(Beginning of Extracted entries)
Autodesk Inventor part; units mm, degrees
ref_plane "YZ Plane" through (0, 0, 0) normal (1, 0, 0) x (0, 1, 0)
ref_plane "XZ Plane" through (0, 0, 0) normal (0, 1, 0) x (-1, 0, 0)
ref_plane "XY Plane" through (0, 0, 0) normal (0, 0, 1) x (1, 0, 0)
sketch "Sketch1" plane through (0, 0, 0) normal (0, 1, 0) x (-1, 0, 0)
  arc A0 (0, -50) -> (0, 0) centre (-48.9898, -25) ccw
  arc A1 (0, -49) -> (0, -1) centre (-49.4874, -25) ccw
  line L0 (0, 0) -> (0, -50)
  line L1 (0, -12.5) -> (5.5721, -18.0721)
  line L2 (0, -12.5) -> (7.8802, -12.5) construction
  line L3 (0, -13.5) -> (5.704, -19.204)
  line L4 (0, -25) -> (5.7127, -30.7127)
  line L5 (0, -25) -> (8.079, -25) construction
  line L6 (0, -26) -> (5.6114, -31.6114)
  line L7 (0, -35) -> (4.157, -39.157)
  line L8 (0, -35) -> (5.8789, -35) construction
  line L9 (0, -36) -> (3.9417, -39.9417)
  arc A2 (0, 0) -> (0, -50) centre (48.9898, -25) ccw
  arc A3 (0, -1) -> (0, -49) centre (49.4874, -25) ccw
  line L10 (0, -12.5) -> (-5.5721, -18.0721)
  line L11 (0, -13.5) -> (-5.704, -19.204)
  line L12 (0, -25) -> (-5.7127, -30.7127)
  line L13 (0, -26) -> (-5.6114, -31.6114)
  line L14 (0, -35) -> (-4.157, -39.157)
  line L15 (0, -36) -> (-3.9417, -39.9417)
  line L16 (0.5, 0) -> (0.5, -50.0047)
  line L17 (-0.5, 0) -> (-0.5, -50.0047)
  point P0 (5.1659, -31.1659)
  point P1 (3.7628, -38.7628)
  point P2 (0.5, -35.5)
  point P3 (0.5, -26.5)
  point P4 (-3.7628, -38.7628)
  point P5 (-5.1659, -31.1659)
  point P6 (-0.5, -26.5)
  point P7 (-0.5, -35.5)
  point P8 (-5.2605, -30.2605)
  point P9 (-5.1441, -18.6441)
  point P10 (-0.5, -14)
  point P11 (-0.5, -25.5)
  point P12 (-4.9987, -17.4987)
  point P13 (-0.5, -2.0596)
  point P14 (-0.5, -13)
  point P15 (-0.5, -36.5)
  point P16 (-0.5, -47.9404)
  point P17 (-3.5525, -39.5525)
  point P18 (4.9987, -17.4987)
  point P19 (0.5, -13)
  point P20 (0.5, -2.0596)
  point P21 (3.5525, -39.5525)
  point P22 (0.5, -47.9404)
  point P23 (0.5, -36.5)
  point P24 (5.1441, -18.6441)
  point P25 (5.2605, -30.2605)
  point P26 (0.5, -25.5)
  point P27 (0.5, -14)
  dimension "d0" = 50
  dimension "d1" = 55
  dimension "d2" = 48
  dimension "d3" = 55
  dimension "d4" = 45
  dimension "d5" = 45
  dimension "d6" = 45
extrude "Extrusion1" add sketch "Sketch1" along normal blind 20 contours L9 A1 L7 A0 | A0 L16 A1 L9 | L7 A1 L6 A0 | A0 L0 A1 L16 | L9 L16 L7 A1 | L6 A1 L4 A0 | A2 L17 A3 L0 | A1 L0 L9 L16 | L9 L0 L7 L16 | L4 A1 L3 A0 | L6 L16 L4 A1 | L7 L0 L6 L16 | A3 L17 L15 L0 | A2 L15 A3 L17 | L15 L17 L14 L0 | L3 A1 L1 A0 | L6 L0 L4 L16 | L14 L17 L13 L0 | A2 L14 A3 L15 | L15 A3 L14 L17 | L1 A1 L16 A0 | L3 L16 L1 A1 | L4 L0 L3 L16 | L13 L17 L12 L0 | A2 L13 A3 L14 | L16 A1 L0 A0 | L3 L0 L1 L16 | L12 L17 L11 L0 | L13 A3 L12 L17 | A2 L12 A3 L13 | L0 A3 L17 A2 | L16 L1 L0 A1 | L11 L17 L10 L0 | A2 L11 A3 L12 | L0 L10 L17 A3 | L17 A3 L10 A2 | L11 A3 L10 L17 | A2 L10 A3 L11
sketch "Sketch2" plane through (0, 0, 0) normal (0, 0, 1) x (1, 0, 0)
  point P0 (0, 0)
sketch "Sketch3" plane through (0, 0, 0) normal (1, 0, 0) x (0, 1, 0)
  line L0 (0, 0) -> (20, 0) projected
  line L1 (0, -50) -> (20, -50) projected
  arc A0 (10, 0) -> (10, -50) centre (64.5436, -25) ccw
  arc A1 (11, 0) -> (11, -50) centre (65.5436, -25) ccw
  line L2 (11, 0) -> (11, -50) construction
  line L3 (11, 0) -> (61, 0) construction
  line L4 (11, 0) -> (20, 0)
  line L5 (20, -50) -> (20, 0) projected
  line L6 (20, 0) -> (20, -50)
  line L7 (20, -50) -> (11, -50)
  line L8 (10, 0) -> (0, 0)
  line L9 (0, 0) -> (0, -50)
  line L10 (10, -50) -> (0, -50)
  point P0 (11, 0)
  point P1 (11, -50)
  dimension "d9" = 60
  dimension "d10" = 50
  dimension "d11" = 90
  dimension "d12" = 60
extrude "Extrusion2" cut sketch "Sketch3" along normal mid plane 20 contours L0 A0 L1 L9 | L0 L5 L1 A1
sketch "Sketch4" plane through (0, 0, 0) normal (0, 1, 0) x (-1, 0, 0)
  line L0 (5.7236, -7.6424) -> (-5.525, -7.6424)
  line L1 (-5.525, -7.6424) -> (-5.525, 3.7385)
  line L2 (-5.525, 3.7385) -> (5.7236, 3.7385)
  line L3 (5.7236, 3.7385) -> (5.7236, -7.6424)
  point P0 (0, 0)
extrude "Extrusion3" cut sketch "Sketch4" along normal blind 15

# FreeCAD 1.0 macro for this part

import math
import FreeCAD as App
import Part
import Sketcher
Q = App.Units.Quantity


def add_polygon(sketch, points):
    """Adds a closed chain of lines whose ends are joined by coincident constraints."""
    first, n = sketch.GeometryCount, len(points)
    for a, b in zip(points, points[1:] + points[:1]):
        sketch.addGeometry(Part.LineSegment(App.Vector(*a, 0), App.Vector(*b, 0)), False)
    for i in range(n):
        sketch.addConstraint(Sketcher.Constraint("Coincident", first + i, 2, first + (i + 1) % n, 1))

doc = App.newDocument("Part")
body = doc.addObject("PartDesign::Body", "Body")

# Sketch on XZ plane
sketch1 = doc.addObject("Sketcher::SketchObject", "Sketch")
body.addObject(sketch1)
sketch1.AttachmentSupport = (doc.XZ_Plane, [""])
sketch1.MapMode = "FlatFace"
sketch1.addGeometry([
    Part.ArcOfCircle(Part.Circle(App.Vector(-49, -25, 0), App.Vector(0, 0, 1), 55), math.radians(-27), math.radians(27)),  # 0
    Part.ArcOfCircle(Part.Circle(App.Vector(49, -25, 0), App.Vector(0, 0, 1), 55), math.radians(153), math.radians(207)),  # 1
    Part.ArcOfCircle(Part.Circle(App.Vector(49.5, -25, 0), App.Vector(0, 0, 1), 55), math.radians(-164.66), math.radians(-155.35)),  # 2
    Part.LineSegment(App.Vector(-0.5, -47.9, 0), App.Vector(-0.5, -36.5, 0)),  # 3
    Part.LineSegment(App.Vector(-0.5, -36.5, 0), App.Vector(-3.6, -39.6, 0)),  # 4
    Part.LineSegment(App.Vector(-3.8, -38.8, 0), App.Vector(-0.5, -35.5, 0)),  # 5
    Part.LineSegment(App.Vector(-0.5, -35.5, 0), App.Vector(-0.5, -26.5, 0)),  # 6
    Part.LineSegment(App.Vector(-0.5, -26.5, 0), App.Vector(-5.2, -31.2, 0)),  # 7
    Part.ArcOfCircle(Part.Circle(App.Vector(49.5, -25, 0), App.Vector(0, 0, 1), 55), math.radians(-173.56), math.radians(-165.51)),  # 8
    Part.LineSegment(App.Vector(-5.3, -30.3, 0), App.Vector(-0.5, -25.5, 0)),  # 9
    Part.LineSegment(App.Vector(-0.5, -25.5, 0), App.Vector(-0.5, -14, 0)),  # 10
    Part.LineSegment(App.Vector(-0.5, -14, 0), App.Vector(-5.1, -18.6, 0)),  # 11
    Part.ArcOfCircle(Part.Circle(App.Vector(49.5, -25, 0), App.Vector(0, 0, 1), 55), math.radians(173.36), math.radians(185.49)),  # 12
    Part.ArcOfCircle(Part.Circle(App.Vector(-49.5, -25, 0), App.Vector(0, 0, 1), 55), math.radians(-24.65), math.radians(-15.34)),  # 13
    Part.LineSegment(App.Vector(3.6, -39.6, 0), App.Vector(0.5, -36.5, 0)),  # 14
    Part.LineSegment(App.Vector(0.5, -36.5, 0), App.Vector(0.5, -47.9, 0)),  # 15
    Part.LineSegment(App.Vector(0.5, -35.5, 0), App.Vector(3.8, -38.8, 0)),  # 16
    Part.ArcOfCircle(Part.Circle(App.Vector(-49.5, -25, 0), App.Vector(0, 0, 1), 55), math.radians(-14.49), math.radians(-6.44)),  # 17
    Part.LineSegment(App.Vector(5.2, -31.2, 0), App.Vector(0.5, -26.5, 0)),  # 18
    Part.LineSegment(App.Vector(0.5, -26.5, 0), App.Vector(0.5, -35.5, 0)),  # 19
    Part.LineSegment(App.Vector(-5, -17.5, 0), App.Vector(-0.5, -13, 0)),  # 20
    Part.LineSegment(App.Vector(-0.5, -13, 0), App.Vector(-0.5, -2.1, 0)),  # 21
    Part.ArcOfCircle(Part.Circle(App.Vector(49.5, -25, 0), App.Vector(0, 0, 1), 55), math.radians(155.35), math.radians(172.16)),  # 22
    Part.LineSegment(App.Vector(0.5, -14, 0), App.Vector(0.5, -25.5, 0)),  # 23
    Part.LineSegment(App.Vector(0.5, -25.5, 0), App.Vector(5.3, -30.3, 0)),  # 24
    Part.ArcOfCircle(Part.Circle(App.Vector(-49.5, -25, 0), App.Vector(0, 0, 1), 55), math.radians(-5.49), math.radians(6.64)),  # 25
(End of Extracted entries)
(Beginning of Extracted entries)
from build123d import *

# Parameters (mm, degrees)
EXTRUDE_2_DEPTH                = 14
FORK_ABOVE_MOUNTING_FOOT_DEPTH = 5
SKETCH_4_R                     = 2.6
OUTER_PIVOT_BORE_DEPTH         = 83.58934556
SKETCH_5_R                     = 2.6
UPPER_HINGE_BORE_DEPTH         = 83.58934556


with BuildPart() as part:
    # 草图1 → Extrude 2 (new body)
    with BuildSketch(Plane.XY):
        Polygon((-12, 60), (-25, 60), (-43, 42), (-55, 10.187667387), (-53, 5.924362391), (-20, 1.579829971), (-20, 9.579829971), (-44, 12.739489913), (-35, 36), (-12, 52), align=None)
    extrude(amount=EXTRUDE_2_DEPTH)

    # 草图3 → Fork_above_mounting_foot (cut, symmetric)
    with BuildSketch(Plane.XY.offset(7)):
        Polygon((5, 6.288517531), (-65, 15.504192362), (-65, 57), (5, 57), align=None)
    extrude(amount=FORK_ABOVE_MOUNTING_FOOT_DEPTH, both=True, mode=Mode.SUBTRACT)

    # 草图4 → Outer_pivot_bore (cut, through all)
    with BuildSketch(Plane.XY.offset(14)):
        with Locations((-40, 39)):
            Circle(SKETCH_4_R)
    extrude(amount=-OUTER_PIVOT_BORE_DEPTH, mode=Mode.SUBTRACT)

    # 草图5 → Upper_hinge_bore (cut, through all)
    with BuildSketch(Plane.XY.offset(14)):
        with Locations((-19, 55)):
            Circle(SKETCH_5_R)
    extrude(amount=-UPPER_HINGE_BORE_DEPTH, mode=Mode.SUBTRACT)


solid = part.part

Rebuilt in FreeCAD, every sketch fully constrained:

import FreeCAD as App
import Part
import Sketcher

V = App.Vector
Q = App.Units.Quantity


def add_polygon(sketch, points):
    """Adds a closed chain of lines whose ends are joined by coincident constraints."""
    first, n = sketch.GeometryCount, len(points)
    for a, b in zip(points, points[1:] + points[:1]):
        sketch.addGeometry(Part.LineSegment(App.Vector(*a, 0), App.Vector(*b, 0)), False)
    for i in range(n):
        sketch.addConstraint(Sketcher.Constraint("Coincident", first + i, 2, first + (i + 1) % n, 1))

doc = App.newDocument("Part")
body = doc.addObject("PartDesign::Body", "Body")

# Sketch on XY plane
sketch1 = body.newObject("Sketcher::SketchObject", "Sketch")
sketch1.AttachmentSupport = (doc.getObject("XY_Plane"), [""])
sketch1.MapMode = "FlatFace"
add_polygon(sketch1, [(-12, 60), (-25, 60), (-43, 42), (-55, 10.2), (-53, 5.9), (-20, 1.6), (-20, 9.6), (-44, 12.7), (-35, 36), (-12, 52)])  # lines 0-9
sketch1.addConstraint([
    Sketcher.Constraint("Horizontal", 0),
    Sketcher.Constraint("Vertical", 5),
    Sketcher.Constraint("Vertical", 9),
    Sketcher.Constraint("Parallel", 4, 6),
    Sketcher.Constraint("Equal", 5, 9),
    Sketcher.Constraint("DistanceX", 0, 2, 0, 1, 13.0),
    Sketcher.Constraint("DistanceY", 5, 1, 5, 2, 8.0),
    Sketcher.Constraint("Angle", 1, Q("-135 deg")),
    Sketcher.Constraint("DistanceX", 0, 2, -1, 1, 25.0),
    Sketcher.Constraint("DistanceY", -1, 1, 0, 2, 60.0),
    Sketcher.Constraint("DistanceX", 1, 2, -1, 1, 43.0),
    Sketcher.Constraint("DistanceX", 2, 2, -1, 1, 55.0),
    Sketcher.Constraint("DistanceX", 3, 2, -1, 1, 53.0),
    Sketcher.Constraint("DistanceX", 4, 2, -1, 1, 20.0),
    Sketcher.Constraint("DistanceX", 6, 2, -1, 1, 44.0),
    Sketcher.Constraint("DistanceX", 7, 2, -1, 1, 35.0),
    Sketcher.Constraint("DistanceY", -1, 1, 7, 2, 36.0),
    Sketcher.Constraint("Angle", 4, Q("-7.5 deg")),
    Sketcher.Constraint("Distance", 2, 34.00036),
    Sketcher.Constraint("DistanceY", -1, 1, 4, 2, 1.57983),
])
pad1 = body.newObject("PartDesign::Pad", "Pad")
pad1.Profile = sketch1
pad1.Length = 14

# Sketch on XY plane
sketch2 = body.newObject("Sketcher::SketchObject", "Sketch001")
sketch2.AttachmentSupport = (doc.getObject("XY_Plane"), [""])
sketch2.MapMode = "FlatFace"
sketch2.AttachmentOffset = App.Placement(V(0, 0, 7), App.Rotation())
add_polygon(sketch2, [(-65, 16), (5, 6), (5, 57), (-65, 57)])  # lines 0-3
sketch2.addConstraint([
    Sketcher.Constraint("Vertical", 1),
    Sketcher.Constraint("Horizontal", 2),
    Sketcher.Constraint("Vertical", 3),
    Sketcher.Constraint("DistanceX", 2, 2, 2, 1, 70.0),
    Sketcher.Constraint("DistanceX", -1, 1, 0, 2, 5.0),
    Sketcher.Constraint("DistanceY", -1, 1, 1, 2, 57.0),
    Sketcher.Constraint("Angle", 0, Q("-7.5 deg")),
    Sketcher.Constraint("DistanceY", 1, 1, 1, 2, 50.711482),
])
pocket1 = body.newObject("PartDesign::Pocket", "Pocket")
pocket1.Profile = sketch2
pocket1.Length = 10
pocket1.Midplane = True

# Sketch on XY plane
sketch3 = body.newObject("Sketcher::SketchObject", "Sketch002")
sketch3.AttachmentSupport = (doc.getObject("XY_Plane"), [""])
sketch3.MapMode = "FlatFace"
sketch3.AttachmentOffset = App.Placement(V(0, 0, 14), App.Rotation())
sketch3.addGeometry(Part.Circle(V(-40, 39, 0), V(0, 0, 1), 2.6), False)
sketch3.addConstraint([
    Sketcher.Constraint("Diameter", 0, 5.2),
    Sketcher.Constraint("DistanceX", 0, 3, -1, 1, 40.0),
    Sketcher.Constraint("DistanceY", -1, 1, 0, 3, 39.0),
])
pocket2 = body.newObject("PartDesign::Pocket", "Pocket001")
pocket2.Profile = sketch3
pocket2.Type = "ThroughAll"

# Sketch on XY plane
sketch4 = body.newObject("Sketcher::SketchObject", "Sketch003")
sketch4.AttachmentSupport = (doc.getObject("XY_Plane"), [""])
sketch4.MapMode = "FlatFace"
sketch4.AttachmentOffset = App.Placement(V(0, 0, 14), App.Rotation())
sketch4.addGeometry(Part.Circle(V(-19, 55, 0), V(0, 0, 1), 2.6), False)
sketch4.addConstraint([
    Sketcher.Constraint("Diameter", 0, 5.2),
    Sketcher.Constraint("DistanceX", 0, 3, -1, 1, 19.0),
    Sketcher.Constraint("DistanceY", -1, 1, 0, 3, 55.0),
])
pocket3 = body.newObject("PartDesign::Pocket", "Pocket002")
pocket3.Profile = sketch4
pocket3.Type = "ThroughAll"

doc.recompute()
(End of Extracted entries)
Please reproduce exactly the lines in the listing above from the one containing "line L2 (0, -12.5)" through the one containing "line L7 (0, -35) -> (4.157, -39.157)", both included, and nothing more.

Worked solution ::
  line L2 (0, -12.5) -> (7.8802, -12.5) construction
  line L3 (0, -13.5) -> (5.704, -19.204)
  line L4 (0, -25) -> (5.7127, -30.7127)
  line L5 (0, -25) -> (8.079, -25) construction
  line L6 (0, -26) -> (5.6114, -31.6114)
  line L7 (0, -35) -> (4.157, -39.157)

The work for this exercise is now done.